_YOUR ASSIGNMENT_
Would you reproduce the listing exactly, leaving nothing out?
----------
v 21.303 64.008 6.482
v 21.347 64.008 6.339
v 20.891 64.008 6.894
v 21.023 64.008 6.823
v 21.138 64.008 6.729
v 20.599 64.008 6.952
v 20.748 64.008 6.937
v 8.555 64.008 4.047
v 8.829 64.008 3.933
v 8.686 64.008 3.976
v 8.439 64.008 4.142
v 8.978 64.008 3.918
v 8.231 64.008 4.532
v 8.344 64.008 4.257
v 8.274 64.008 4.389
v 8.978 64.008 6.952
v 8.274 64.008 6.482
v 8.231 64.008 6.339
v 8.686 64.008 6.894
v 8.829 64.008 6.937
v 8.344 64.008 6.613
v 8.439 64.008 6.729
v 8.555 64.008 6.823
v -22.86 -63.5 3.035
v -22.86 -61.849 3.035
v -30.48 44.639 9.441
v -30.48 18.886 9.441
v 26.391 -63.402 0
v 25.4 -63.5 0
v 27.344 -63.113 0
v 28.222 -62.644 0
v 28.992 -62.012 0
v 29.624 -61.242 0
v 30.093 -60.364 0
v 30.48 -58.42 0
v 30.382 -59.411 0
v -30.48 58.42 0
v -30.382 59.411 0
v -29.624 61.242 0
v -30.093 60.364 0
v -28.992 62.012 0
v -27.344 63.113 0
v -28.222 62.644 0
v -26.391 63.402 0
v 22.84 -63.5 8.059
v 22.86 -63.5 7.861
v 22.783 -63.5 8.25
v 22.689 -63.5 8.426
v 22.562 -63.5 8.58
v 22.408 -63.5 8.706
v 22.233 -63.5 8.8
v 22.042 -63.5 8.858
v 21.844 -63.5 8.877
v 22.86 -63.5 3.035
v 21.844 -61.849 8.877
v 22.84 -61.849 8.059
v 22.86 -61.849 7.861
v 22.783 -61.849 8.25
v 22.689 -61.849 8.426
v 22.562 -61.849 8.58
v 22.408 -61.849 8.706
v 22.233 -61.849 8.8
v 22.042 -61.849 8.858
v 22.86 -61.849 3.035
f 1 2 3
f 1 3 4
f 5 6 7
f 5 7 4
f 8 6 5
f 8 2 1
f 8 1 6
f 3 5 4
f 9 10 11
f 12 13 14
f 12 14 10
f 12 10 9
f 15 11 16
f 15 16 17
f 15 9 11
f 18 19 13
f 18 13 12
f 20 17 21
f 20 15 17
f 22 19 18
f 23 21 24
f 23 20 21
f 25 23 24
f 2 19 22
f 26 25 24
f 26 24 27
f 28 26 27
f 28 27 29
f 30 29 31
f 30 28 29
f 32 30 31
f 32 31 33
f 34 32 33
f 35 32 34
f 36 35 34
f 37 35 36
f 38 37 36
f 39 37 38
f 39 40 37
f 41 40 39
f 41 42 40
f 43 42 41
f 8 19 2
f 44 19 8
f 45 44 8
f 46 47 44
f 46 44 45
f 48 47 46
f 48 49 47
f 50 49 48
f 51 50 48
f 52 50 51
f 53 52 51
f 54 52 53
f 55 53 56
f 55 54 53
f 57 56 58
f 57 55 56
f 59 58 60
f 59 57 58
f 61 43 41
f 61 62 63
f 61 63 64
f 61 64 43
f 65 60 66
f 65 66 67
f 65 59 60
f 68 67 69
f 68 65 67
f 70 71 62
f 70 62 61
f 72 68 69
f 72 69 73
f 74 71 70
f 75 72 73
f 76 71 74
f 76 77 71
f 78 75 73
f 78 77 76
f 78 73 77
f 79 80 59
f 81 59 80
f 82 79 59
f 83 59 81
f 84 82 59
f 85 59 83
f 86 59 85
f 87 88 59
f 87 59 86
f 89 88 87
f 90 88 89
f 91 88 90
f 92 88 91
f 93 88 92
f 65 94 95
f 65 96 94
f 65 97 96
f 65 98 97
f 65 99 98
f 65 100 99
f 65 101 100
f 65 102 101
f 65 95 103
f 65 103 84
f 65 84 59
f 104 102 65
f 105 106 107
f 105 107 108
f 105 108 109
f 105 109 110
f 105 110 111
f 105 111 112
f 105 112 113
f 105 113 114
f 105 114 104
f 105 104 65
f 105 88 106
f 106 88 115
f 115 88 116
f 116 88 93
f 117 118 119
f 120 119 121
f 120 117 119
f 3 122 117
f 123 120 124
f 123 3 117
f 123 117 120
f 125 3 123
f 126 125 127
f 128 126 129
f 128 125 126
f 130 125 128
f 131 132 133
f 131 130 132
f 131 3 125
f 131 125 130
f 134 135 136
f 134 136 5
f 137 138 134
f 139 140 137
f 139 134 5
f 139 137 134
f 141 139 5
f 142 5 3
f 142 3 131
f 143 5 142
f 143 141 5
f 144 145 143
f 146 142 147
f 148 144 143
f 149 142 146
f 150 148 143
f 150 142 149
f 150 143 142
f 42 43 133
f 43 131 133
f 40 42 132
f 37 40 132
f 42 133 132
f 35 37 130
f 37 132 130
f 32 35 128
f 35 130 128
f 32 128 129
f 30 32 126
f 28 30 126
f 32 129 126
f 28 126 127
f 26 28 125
----------
_ANSWER AREA_
v 21.303 64.008 6.482
v 21.347 64.008 6.339
v 20.891 64.008 6.894
v 21.023 64.008 6.823
v 21.138 64.008 6.729
v 20.599 64.008 6.952
v 20.748 64.008 6.937
v 8.555 64.008 4.047
v 8.829 64.008 3.933
v 8.686 64.008 3.976
v 8.439 64.008 4.142
v 8.978 64.008 3.918
v 8.231 64.008 4.532
v 8.344 64.008 4.257
v 8.274 64.008 4.389
v 8.978 64.008 6.952
v 8.274 64.008 6.482
v 8.231 64.008 6.339
v 8.686 64.008 6.894
v 8.829 64.008 6.937
v 8.344 64.008 6.613
v 8.439 64.008 6.729
v 8.555 64.008 6.823
v -22.86 -63.5 3.035
v -22.86 -61.849 3.035
v -30.48 44.639 9.441
v -30.48 18.886 9.441
v 26.391 -63.402 0
v 25.4 -63.5 0
v 27.344 -63.113 0
v 28.222 -62.644 0
v 28.992 -62.012 0
v 29.624 -61.242 0
v 30.093 -60.364 0
v 30.48 -58.42 0
v 30.382 -59.411 0
v -30.48 58.42 0
v -30.382 59.411 0
v -29.624 61.242 0
v -30.093 60.364 0
v -28.992 62.012 0
v -27.344 63.113 0
v -28.222 62.644 0
v -26.391 63.402 0
v 22.84 -63.5 8.059
v 22.86 -63.5 7.861
v 22.783 -63.5 8.25
v 22.689 -63.5 8.426
v 22.562 -63.5 8.58
v 22.408 -63.5 8.706
v 22.233 -63.5 8.8
v 22.042 -63.5 8.858
v 21.844 -63.5 8.877
v 22.86 -63.5 3.035
v 21.844 -61.849 8.877
v 22.84 -61.849 8.059
v 22.86 -61.849 7.861
v 22.783 -61.849 8.25
v 22.689 -61.849 8.426
v 22.562 -61.849 8.58
v 22.408 -61.849 8.706
v 22.233 -61.849 8.8
v 22.042 -61.849 8.858
v 22.86 -61.849 3.035
f 1 2 3
f 1 3 4
f 5 6 7
f 5 7 4
f 8 6 5
f 8 2 1
f 8 1 6
f 3 5 4
f 9 10 11
f 12 13 14
f 12 14 10
f 12 10 9
f 15 11 16
f 15 16 17
f 15 9 11
f 18 19 13
f 18 13 12
f 20 17 21
f 20 15 17
f 22 19 18
f 23 21 24
f 23 20 21
f 25 23 24
f 2 19 22
f 26 25 24
f 26 24 27
f 28 26 27
f 28 27 29
f 30 29 31
f 30 28 29
f 32 30 31
f 32 31 33
f 34 32 33
f 35 32 34
f 36 35 34
f 37 35 36
f 38 37 36
f 39 37 38
f 39 40 37
f 41 40 39
f 41 42 40
f 43 42 41
f 8 19 2
f 44 19 8
f 45 44 8
f 46 47 44
f 46 44 45
f 48 47 46
f 48 49 47
f 50 49 48
f 51 50 48
f 52 50 51
f 53 52 51
f 54 52 53
f 55 53 56
f 55 54 53
f 57 56 58
f 57 55 56
f 59 58 60
f 59 57 58
f 61 43 41
f 61 62 63
f 61 63 64
f 61 64 43
f 65 60 66
f 65 66 67
f 65 59 60
f 68 67 69
f 68 65 67
f 70 71 62
f 70 62 61
f 72 68 69
f 72 69 73
f 74 71 70
f 75 72 73
f 76 71 74
f 76 77 71
f 78 75 73
f 78 77 76
f 78 73 77
f 79 80 59
f 81 59 80
f 82 79 59
f 83 59 81
f 84 82 59
f 85 59 83
f 86 59 85
f 87 88 59
f 87 59 86
f 89 88 87
f 90 88 89
f 91 88 90
f 92 88 91
f 93 88 92
f 65 94 95
f 65 96 94
f 65 97 96
f 65 98 97
f 65 99 98
f 65 100 99
f 65 101 100
f 65 102 101
f 65 95 103
f 65 103 84
f 65 84 59
f 104 102 65
f 105 106 107
f 105 107 108
f 105 108 109
f 105 109 110
f 105 110 111
f 105 111 112
f 105 112 113
f 105 113 114
f 105 114 104
f 105 104 65
f 105 88 106
f 106 88 115
f 115 88 116
f 116 88 93
f 117 118 119
f 120 119 121
f 120 117 119
f 3 122 117
f 123 120 124
f 123 3 117
f 123 117 120
f 125 3 123
f 126 125 127
f 128 126 129
f 128 125 126
f 130 125 128
f 131 132 133
f 131 130 132
f 131 3 125
f 131 125 130
f 134 135 136
f 134 136 5
f 137 138 134
f 139 140 137
f 139 134 5
f 139 137 134
f 141 139 5
f 142 5 3
f 142 3 131
f 143 5 142
f 143 141 5
f 144 145 143
f 146 142 147
f 148 144 143
f 149 142 146
f 150 148 143
f 150 142 149
f 150 143 142
f 42 43 133
f 43 131 133
f 40 42 132
f 37 40 132
f 42 133 132
f 35 37 130
f 37 132 130
f 32 35 128
f 35 130 128
f 32 128 129
f 30 32 126
f 28 30 126
f 32 129 126
f 28 126 127
f 26 28 125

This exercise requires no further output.